I have a list of company names that I would like to turn into tickers. Here is the reproducible code to create the list of names that I have:
companynames=structure(list(V1 = structure(1:41, .Label = c("AETNA INC", "ANTHEM INC",
"APPLE INC", "ASPEN INSURANCE HOLDINGS LTD", "BARRICK GOLD CORP",
"BEST BUY CO INC", "CAREFUSION CORP", "CBS CORP-CLASS B NON VOTING",
"CIGNA CORP", "COMPUTER SCIENCES CORP", "COMPUWARE CORP", "COVENTRY HEALTH CARE INC",
"DELPHI AUTOMOTIVE PLC", "DST SYSTEMS INC", "EINSTEIN NOAH RESTAURANT GRO",
"ENSCO PLC-CL A", "EXPEDIA INC", "FIFTH STREET FINANCE CORP",
"GENERAL MOTORS CO", "GENWORTH FINANCIAL INC-CL A", "GREEN BRICK PARTNERS INC",
"HESS CORP", "HUMANA INC", "HUNTINGTON INGALLS INDUSTRIE", "LEGG MASON INC",
"MARKET VECTORS GOLD MINERS", "MARVELL TECHNOLOGY GROUP LTD",
"MICROSOFT CORP", "NCR CORPORATION", "NVR INC", "OAKTREE CAPITAL GROUP LLC",
"REPUBLIC AIRWAYS HOLDINGS IN", "SEAGATE TECHNOLOGY", "SPRINT COMMUNICATIONS INC",
"STARZ - A", "STATE BANK FINANCIAL CORP", "SYMMETRICOM INC",
"TESSERA TECHNOLOGIES INC", "UNITEDHEALTH GROUP INC", "VIRGIN MEDIA INC/OLD",
"XEROX CORP"), class = "factor")), .Names = "V1", class = "data.frame", row.names = c(NA,
-41L))
This gives me something along the lines of:
head(companynames)
V1
1 AETNA INC
2 ANTHEM INC
3 APPLE INC
4 ASPEN INSURANCE HOLDINGS LTD
5 BARRICK GOLD CORP
6 BEST BUY CO INC
I would like another column that outputed the tickers of each of these companies. So for the first row I should get AET, second row would be ATHN, and third row would be AAPL, etc. My example is in R, but any solution in python or R would be very helpful. I am not sure if there is already a function that does it or how the best approach would be to create a function if it does not exist.

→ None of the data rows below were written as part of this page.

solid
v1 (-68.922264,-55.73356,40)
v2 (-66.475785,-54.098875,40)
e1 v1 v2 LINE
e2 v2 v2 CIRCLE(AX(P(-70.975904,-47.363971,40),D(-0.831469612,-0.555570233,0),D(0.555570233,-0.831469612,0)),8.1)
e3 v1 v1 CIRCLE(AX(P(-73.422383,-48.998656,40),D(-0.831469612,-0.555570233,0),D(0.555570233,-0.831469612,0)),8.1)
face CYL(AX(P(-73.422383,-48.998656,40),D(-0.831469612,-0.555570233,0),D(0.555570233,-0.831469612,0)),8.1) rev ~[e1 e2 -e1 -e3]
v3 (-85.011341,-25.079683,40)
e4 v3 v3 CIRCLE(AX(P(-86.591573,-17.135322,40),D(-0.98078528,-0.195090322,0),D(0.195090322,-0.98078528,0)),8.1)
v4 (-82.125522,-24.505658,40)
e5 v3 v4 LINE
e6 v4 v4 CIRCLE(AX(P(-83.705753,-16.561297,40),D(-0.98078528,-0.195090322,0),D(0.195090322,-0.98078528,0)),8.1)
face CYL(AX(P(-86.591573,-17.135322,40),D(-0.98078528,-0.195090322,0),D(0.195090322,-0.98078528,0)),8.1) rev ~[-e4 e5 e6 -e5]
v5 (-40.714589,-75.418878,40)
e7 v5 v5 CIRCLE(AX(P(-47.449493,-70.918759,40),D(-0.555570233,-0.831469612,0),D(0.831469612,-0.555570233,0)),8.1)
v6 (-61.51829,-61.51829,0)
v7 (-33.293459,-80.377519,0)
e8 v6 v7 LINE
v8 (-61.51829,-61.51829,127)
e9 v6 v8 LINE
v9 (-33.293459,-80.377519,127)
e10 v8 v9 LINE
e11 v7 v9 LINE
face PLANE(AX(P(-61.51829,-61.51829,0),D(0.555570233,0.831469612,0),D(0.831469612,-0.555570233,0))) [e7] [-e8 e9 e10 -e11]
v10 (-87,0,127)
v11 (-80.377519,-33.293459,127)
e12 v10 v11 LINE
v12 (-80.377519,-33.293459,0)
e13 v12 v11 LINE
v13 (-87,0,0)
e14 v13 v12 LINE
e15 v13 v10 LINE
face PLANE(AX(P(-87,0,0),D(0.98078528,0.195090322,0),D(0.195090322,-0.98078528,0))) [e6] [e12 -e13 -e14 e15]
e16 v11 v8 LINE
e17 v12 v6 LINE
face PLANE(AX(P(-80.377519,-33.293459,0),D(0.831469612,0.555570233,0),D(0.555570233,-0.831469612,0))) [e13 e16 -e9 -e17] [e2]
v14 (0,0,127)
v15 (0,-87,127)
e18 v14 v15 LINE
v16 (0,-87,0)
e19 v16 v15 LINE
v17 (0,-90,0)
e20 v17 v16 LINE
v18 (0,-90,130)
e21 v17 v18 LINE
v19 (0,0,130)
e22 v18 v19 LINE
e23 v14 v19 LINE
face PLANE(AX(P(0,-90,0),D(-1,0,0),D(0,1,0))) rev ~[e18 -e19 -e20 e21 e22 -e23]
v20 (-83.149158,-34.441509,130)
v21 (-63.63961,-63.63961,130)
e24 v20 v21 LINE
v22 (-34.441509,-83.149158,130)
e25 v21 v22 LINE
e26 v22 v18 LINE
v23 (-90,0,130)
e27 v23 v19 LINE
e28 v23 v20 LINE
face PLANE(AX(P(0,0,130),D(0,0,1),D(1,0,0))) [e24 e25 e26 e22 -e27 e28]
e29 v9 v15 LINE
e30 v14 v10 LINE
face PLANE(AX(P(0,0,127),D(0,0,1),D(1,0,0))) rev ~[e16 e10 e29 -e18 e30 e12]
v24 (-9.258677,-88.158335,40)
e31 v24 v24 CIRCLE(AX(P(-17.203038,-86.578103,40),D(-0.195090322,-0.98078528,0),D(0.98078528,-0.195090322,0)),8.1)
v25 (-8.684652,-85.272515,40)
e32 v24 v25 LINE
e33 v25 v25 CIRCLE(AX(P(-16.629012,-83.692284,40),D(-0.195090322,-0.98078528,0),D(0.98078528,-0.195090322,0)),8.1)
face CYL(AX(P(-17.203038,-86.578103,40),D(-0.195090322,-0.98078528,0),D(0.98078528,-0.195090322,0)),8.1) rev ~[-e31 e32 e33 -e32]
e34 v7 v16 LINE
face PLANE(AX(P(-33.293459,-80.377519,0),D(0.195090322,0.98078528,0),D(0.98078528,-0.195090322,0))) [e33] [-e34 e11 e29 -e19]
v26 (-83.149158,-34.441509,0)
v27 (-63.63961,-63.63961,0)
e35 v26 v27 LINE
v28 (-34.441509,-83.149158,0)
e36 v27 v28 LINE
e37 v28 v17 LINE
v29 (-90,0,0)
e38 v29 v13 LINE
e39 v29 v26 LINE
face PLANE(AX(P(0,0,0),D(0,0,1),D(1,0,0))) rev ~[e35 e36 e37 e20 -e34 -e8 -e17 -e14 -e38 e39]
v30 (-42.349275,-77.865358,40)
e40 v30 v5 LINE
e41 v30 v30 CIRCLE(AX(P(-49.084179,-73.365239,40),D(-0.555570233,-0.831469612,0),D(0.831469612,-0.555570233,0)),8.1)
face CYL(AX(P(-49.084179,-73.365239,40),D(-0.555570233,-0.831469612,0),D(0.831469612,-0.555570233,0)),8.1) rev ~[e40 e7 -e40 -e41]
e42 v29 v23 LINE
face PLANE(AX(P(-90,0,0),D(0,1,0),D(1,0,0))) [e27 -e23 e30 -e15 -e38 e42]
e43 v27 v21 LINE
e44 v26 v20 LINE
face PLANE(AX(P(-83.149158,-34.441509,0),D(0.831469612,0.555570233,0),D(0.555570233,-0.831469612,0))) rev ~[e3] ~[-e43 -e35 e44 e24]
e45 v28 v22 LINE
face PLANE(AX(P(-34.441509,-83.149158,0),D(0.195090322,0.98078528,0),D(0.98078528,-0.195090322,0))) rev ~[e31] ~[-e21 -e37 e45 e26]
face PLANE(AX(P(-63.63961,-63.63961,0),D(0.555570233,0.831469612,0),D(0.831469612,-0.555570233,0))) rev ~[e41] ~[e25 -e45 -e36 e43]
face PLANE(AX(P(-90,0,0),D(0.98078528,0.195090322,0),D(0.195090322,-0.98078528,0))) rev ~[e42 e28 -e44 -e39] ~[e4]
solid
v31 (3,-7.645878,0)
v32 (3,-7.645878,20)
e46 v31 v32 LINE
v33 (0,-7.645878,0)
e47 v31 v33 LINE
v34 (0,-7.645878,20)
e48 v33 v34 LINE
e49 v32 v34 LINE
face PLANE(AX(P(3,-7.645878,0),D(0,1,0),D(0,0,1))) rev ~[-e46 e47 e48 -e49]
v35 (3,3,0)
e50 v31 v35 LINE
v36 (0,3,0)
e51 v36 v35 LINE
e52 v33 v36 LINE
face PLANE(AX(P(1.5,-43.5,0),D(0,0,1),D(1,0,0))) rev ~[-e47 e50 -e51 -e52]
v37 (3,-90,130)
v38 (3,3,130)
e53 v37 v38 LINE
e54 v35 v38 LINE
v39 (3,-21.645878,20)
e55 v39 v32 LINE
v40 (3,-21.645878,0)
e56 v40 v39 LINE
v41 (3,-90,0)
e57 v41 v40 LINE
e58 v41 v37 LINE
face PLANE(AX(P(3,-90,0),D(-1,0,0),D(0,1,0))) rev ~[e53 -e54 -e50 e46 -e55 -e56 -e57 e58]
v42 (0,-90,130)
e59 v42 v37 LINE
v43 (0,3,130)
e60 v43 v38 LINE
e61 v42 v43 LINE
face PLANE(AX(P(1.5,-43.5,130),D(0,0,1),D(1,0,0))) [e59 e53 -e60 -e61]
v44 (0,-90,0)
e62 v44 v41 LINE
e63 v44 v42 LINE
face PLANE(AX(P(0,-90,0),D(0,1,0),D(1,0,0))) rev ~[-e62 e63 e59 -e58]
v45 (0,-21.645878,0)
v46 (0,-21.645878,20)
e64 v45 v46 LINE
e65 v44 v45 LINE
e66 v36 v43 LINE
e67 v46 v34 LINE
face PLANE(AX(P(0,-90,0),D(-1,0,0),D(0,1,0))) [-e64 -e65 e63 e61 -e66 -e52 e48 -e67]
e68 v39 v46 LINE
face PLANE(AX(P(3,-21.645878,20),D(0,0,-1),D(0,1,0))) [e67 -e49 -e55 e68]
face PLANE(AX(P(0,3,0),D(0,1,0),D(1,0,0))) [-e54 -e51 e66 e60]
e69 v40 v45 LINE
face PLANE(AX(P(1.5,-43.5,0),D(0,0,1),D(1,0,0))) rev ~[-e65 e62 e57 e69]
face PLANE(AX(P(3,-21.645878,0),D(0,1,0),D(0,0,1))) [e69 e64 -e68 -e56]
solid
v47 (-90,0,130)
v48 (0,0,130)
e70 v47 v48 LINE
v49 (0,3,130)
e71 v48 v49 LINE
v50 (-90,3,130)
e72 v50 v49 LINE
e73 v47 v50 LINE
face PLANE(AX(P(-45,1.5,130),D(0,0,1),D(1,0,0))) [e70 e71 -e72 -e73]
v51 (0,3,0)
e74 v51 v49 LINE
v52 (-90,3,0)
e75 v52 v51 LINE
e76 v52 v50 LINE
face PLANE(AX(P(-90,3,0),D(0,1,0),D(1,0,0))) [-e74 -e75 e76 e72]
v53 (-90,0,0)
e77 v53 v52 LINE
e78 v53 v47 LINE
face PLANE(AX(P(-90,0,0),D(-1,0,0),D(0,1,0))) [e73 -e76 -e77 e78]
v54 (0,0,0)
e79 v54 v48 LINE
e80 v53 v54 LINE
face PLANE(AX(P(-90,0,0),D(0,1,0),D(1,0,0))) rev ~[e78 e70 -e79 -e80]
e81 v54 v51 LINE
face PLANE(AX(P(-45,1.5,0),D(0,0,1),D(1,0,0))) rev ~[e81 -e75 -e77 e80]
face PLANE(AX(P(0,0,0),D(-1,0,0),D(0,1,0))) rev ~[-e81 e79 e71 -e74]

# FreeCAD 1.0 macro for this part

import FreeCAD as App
import Part
import Sketcher

V = App.Vector
Q = App.Units.Quantity

doc = App.newDocument("Part")
body = doc.addObject("PartDesign::Body", "Body")

# Sketch on XY plane
sketch1 = body.newObject("Sketcher::SketchObject", "Sketch")
sketch1.AttachmentSupport = (doc.getObject("XY_Plane"), [""])
sketch1.MapMode = "FlatFace"
sketch1.addGeometry([
    Part.LineSegment(V(-90, 3, 0), V(-90, 0, 0)),
    Part.LineSegment(V(-90, 0, 0), V(0, 0, 0)),
    Part.LineSegment(V(0, 0, 0), V(0, 3, 0)),
    Part.LineSegment(V(0, 3, 0), V(-90, 3, 0)),
], False)
sketch1.addConstraint([
    Sketcher.Constraint("Coincident", 0, 2, 1, 1),
    Sketcher.Constraint("Coincident", 1, 2, 2, 1),
    Sketcher.Constraint("Coincident", 2, 2, 3, 1),
    Sketcher.Constraint("Coincident", 3, 2, 0, 1),
    Sketcher.Constraint("Vertical", 0),
    Sketcher.Constraint("Horizontal", 1),
    Sketcher.Constraint("Vertical", 2),
    Sketcher.Constraint("Horizontal", 3),
    Sketcher.Constraint("Coincident", 1, 2, -1, 1),
    Sketcher.Constraint("DistanceX", 1, 1, 1, 2, 90.0),
    Sketcher.Constraint("DistanceY", 0, 2, 0, 1, 3.0),
])
pad1 = body.newObject("PartDesign::Pad", "Pad")
pad1.Profile = sketch1
pad1.Length = 130
body2 = doc.addObject("PartDesign::Body", "Body001")

# Sketch on XY plane
sketch2 = body2.newObject("Sketcher::SketchObject", "Sketch001")
sketch2.AttachmentSupport = (doc.getObject("XY_Plane001"), [""])
sketch2.MapMode = "FlatFace"
sketch2.addGeometry([
    Part.LineSegment(V(-90, 90, 0), V(-90, 0, 0)),
    Part.LineSegment(V(-90, 0, 0), V(0, 0, 0)),
    Part.LineSegment(V(0, 0, 0), V(0, 90, 0)),
    Part.LineSegment(V(0, 90, 0), V(-90, 90, 0)),
], False)
sketch2.addConstraint([
    Sketcher.Constraint("Coincident", 0, 2, 1, 1),
    Sketcher.Constraint("Coincident", 1, 2, 2, 1),
    Sketcher.Constraint("Coincident", 2, 2, 3, 1),
    Sketcher.Constraint("Coincident", 3, 2, 0, 1),
    Sketcher.Constraint("Vertical", 0),
    Sketcher.Constraint("Horizontal", 1),
    Sketcher.Constraint("Vertical", 2),
    Sketcher.Constraint("Horizontal", 3),
    Sketcher.Constraint("Coincident", 1, 2, -1, 1),
    Sketcher.Constraint("Equal", 3, 0),
    Sketcher.Constraint("DistanceX", 1, 1, 1, 2, 90.0),
])
pad2 = body2.newObject("PartDesign::Pad", "Pad001")
pad2.Profile = sketch2
pad2.Length = 130
body3 = doc.addObject("PartDesign::Body", "Body002")

# Sketch on XY plane
sketch3 = body3.newObject("Sketcher::SketchObject", "Sketch002")
sketch3.AttachmentSupport = (doc.getObject("XY_Plane002"), [""])
sketch3.MapMode = "FlatFace"
sketch3.addGeometry([
    Part.LineSegment(V(0, 90, 0), V(0, -90, 0)),
    Part.LineSegment(V(0, -90, 0), V(90, -90, 0)),
    Part.LineSegment(V(90, -90, 0), V(90, 90, 0)),
    Part.LineSegment(V(90, 90, 0), V(0, 90, 0)),
], False)
sketch3.addConstraint([
    Sketcher.Constraint("Coincident", 0, 2, 1, 1),
    Sketcher.Constraint("Coincident", 1, 2, 2, 1),
    Sketcher.Constraint("Coincident", 2, 2, 3, 1),
    Sketcher.Constraint("Coincident", 3, 2, 0, 1),
    Sketcher.Constraint("Vertical", 0),
    Sketcher.Constraint("Horizontal", 1),
    Sketcher.Constraint("Vertical", 2),
    Sketcher.Constraint("Horizontal", 3),
    Sketcher.Constraint("Symmetric", 0, 2, 3, 2, -1, 1),
    Sketcher.Constraint("DistanceX", 1, 1, 1, 2, 90.0),
    Sketcher.Constraint("DistanceY", 0, 2, 0, 1, 180.0),
])
pad3 = body3.newObject("PartDesign::Pad", "Pad002")
pad3.Profile = sketch3
pad3.Length = 130
body4 = doc.addObject("PartDesign::Body", "Body003")

# Sketch on XY plane
sketch4 = body4.newObject("Sketcher::SketchObject", "Sketch003")
sketch4.AttachmentSupport = (doc.getObject("XY_Plane003"), [""])
sketch4.MapMode = "FlatFace"
sketch4.addGeometry([
    Part.LineSegment(V(87, 0, 0), V(80, 33, 0)),  # 0
    Part.LineSegment(V(80, 33, 0), V(62, 62, 0)),  # 1
    Part.LineSegment(V(62, 62, 0), V(33, 80, 0)),  # 2
    Part.LineSegment(V(33, 80, 0), V(0, 87, 0)),  # 3
    Part.LineSegment(V(0, 87, 0), V(-33, 80, 0)),  # 4
    Part.LineSegment(V(-33, 80, 0), V(-62, 62, 0)),  # 5
    Part.LineSegment(V(-62, 62, 0), V(-80, 33, 0)),  # 6
    Part.LineSegment(V(-80, 33, 0), V(-87, 0, 0)),  # 7
    Part.LineSegment(V(-87, 0, 0), V(-80, -33, 0)),  # 8
    Part.LineSegment(V(-80, -33, 0), V(-62, -62, 0)),  # 9
    Part.LineSegment(V(-62, -62, 0), V(-33, -80, 0)),  # 10
    Part.LineSegment(V(-33, -80, 0), V(0, -87, 0)),  # 11
    Part.LineSegment(V(0, -87, 0), V(33, -80, 0)),  # 12
    Part.LineSegment(V(33, -80, 0), V(62, -62, 0)),  # 13
    Part.LineSegment(V(62, -62, 0), V(80, -33, 0)),  # 14
    Part.LineSegment(V(80, -33, 0), V(87, 0, 0)),  # 15
], False)
sketch4.addConstraint([
    Sketcher.Constraint("Coincident", 0, 2, 1, 1),
    Sketcher.Constraint("Coincident", 1, 2, 2, 1),
    Sketcher.Constraint("Coincident", 2, 2, 3, 1),
    Sketcher.Constraint("Coincident", 3, 2, 4, 1),
    Sketcher.Constraint("Coincident", 4, 2, 5, 1),
    Sketcher.Constraint("Coincident", 5, 2, 6, 1),
    Sketcher.Constraint("Coincident", 6, 2, 7, 1),
    Sketcher.Constraint("Coincident", 7, 2, 8, 1),
    Sketcher.Constraint("Coincident", 8, 2, 9, 1),
    Sketcher.Constraint("Coincident", 9, 2, 10, 1),
    Sketcher.Constraint("Coincident", 10, 2, 11, 1),
    Sketcher.Constraint("Coincident", 11, 2, 12, 1),
    Sketcher.Constraint("Coincident", 12, 2, 13, 1),
    Sketcher.Constraint("Coincident", 13, 2, 14, 1),
    Sketcher.Constraint("Coincident", 14, 2, 15, 1),
    Sketcher.Constraint("Coincident", 15, 2, 0, 1),
    Sketcher.Constraint("Symmetric", 0, 2, 8, 2, -1, 1),
    Sketcher.Constraint("Symmetric", 1, 2, 9, 2, -1, 1),
    Sketcher.Constraint("Symmetric", 2, 2, 10, 2, -1, 1),
    Sketcher.Constraint("Symmetric", 3, 2, 11, 2, -1, 1),
    Sketcher.Constraint("Symmetric", 4, 2, 12, 2, -1, 1),
    Sketcher.Constraint("Symmetric", 5, 2, 13, 2, -1, 1),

You can use @Joshual Ulrich's TTR
package to get a mapping of company names to tickers and perform lookups against your companynames
object. Ideally, your list of names would be accurate / properly formatted, but since it's not you will have to do a bit of extra leg work to get some of the symbols. For example,
stock.symbols <- TTR::stockSymbols()
stock.symbols$adj_name <- gsub("[\\.\\,]", "", toupper(stock.symbols$Name)) # quick adjustments
##
companynames$Symbol <- sapply(companynames[,1], function(x) {
stock.symbols[grep(x, stock.symbols$adj_name)[1], 1]
})
##
R> na.omit(companynames)
# V1 Symbol
#1 AETNA INC AET
#2 ANTHEM INC ANTM
#3 APPLE INC AAPL
#5 BARRICK GOLD CORP ABX
#6 BEST BUY CO INC BBY
#9 CIGNA CORP CI
#10 COMPUTER SCIENCES CORP CSC
#13 DELPHI AUTOMOTIVE PLC DLPH
#14 DST SYSTEMS INC DST
#17 EXPEDIA INC EXPE
#18 FIFTH STREET FINANCE CORP FSC
#19 GENERAL MOTORS CO GM
#21 GREEN BRICK PARTNERS INC GRBK
#22 HESS CORP HES
#23 HUMANA INC HUM
#24 HUNTINGTON INGALLS INDUSTRIE HII
#25 LEGG MASON INC LM
#27 MARVELL TECHNOLOGY GROUP LTD MRVL
#28 MICROSOFT CORP MSFT
#29 NCR CORPORATION NCR
#30 NVR INC NVR
#31 OAKTREE CAPITAL GROUP LLC OAK
#32 REPUBLIC AIRWAYS HOLDINGS IN RJET
#33 SEAGATE TECHNOLOGY STX
#36 STATE BANK FINANCIAL CORP STBZ
#38 TESSERA TECHNOLOGIES INC TSRA
#39 UNITEDHEALTH GROUP INC UNH
#41 XEROX CORP XRX
So just using a few basic transformations (setting the Names
column to uppercase and removing .
s and ,
s), you can match 28 out of 41 of the inputs. Most of the remaining non-matching cases could probably be solved by simple substitutions of either your input names or the adj_names
column in stock.symbols
, e.g. CORP
vs CORPORATION
, etc... And as pointed out in the comments above, if you have company names that aren't traded on any of the NASDAQ
, AMEX
, or NYSE
exchanges, you will have to pull in some more external data.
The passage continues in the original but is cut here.